What the task requires:
Please copy out the entries below exactly, beginning with the line that contains "# Esquisse3 → Boss.-Révol.1 (revolve)" and ending with the line that contains "# FreeCAD 1.0 macro for this part", and include nothing outside that span.

Saved data entries:
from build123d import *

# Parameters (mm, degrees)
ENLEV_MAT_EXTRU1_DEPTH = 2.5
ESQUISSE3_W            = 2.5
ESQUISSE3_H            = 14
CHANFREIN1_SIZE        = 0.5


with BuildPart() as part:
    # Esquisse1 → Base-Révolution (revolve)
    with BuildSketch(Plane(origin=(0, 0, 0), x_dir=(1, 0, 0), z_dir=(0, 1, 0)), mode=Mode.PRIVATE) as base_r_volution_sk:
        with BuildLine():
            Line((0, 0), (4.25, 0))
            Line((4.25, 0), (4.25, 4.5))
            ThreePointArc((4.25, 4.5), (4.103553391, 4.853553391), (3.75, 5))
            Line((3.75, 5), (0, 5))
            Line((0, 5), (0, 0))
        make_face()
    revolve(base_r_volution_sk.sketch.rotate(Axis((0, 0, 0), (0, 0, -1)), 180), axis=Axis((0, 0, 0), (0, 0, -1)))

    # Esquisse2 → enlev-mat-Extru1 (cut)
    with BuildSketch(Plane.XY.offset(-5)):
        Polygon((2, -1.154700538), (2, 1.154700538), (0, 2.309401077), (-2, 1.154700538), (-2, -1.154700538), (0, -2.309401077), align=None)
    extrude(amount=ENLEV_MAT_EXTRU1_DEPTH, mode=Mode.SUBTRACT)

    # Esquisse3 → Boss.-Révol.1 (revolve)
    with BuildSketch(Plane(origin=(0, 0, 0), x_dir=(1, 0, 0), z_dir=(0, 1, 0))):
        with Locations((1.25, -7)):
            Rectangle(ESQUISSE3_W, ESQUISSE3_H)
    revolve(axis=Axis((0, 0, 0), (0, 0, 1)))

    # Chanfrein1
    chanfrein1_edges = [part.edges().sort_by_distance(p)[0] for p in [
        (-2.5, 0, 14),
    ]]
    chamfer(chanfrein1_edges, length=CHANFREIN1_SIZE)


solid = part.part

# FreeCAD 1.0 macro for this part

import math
import FreeCAD as App
import Part
import Sketcher
from FreeCAD import Vector
Q = App.Units.Quantity


def edges_at(feature, points):
    """Names of the edges that pass closest to the given points."""
    edges = feature.Shape.Edges
    near = lambda p: min(range(len(edges)), key=lambda i: edges[i].distToShape(Part.Vertex(*p))[0])
    return sorted({f"Edge{near(p) + 1}" for p in points})


def add_polygon(sketch, points):
    """Adds a closed chain of lines whose ends are joined by coincident constraints."""
    first, n = sketch.GeometryCount, len(points)
    for a, b in zip(points, points[1:] + points[:1]):
        sketch.addGeometry(Part.LineSegment(App.Vector(*a, 0), App.Vector(*b, 0)), False)
    for i in range(n):
        sketch.addConstraint(Sketcher.Constraint("Coincident", first + i, 2, first + (i + 1) % n, 1))

doc = App.newDocument("Part")
body = doc.addObject("PartDesign::Body", "Body")

# Sketch on XZ plane
sketch1 = body.newObject("Sketcher::SketchObject", "Sketch")
sketch1.AttachmentSupport = (doc.getObject("XZ_Plane"), [""])
sketch1.MapMode = "FlatFace"
sketch1.addGeometry(Part.LineSegment(Vector(0, 0, 0), Vector(4.25, 0, 0)), False)
sketch1.addGeometry(Part.LineSegment(Vector(4.25, 0, 0), Vector(4.25, -4.5, 0)), False)
sketch1.addGeometry(Part.ArcOfCircle(Part.Circle(Vector(3.75, -4.5, 0), Vector(0, 0, 1), 0.5), math.radians(-90), math.radians(0)), False)
sketch1.addGeometry(Part.LineSegment(Vector(3.75, -5, 0), Vector(0, -5, 0)), False)
sketch1.addGeometry(Part.LineSegment(Vector(0, -5, 0), Vector(0, 0, 0)), False)
sketch1.addConstraint(Sketcher.Constraint("Coincident", 0, 2, 1, 1))
sketch1.addConstraint(Sketcher.Constraint("Tangent", 1, 2, 2, 2))
sketch1.addConstraint(Sketcher.Constraint("Tangent", 2, 1, 3, 1))
sketch1.addConstraint(Sketcher.Constraint("Coincident", 3, 2, 4, 1))
sketch1.addConstraint(Sketcher.Constraint("Coincident", 4, 2, 0, 1))
sketch1.addConstraint(Sketcher.Constraint("Horizontal", 0))
sketch1.addConstraint(Sketcher.Constraint("Vertical", 1))
sketch1.addConstraint(Sketcher.Constraint("Horizontal", 3))
sketch1.addConstraint(Sketcher.Constraint("Vertical", 4))
sketch1.addConstraint(Sketcher.Constraint("Coincident", 4, 2, -1, 1))
sketch1.addConstraint(Sketcher.Constraint("Radius", 2, 0.5))
sketch1.addConstraint(Sketcher.Constraint("DistanceY", 4, 1, 4, 2, 5.0))
sketch1.addConstraint(Sketcher.Constraint("DistanceX", 0, 1, 0, 2, 4.25))
revolution = body.newObject("PartDesign::Revolution", "Revolution")
revolution.Profile = sketch1
revolution.ReferenceAxis = (sketch1, ["V_Axis"])
revolution.Angle = 360

# Sketch on XY plane
sketch2 = body.newObject("Sketcher::SketchObject", "Sketch001")
sketch2.AttachmentSupport = (doc.getObject("XY_Plane"), [""])
sketch2.MapMode = "FlatFace"
sketch2.AttachmentOffset = App.Placement(Vector(0, 0, -5), App.Rotation())
add_polygon(sketch2, [(2, -1.154701), (2, 1.154701), (0, 2.309401), (-2, 1.154701), (-2, -1.154701), (0, -2.309401)])  # lines 0-5
sketch2.addConstraint(Sketcher.Constraint("Vertical", 0))
sketch2.addConstraint(Sketcher.Constraint("Vertical", 3))
sketch2.addConstraint(Sketcher.Constraint("Symmetric", 0, 2, 3, 2, -1, 1))
sketch2.addConstraint(Sketcher.Constraint("Symmetric", 1, 2, 4, 2, -1, 1))
sketch2.addConstraint(Sketcher.Constraint("PointOnObject", 1, 2, -2))
sketch2.addConstraint(Sketcher.Constraint("Parallel", 2, 5))
sketch2.addConstraint(Sketcher.Constraint("Horizontal", 0, 2, 2, 2))
sketch2.addConstraint(Sketcher.Constraint("Angle", 1, Q("150 deg")))
sketch2.addConstraint(Sketcher.Constraint("DistanceX", -1, 1, 0, 2, 2.0))
sketch2.addConstraint(Sketcher.Constraint("DistanceY", 0, 1, 0, 2, 2.309401))
pocket1 = body.newObject("PartDesign::Pocket", "Pocket")
pocket1.Profile = sketch2
pocket1.Length = 2.5
pocket1.Reversed = True

# Sketch on XZ plane
sketch3 = body.newObject("Sketcher::SketchObject", "Sketch002")
sketch3.AttachmentSupport = (doc.getObject("XZ_Plane"), [""])
sketch3.MapMode = "FlatFace"
add_polygon(sketch3, [(0, 0), (0, 14), (2.5, 14), (2.5, 0)])  # lines 0-3
sketch3.addConstraint(Sketcher.Constraint("Vertical", 0))
sketch3.addConstraint(Sketcher.Constraint("Horizontal", 1))
sketch3.addConstraint(Sketcher.Constraint("Vertical", 2))
sketch3.addConstraint(Sketcher.Constraint("Horizontal", 3))
sketch3.addConstraint(Sketcher.Constraint("Coincident", 3, 2, -1, 1))
sketch3.addConstraint(Sketcher.Constraint("DistanceY", 0, 1, 0, 2, 14.0))
sketch3.addConstraint(Sketcher.Constraint("DistanceX", 1, 1, 1, 2, 2.5))
revolution2 = body.newObject("PartDesign::Revolution", "Revolution001")
revolution2.Profile = sketch3
revolution2.ReferenceAxis = (sketch3, ["V_Axis"])
revolution2.Angle = 360
doc.recompute()

chamfer = body.newObject("PartDesign::Chamfer", "Chamfer")
chamfer.Base = (revolution2, edges_at(revolution2, [(-2.5, 0, 14)]))
chamfer.Size = 0.5

doc.recompute()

Response below:
    # Esquisse3 → Boss.-Révol.1 (revolve)
    with BuildSketch(Plane(origin=(0, 0, 0), x_dir=(1, 0, 0), z_dir=(0, 1, 0))):
        with Locations((1.25, -7)):
            Rectangle(ESQUISSE3_W, ESQUISSE3_H)
    revolve(axis=Axis((0, 0, 0), (0, 0, 1)))

    # Chanfrein1
    chanfrein1_edges = [part.edges().sort_by_distance(p)[0] for p in [
        (-2.5, 0, 14),
    ]]
    chamfer(chanfrein1_edges, length=CHANFREIN1_SIZE)


solid = part.part

# FreeCAD 1.0 macro for this part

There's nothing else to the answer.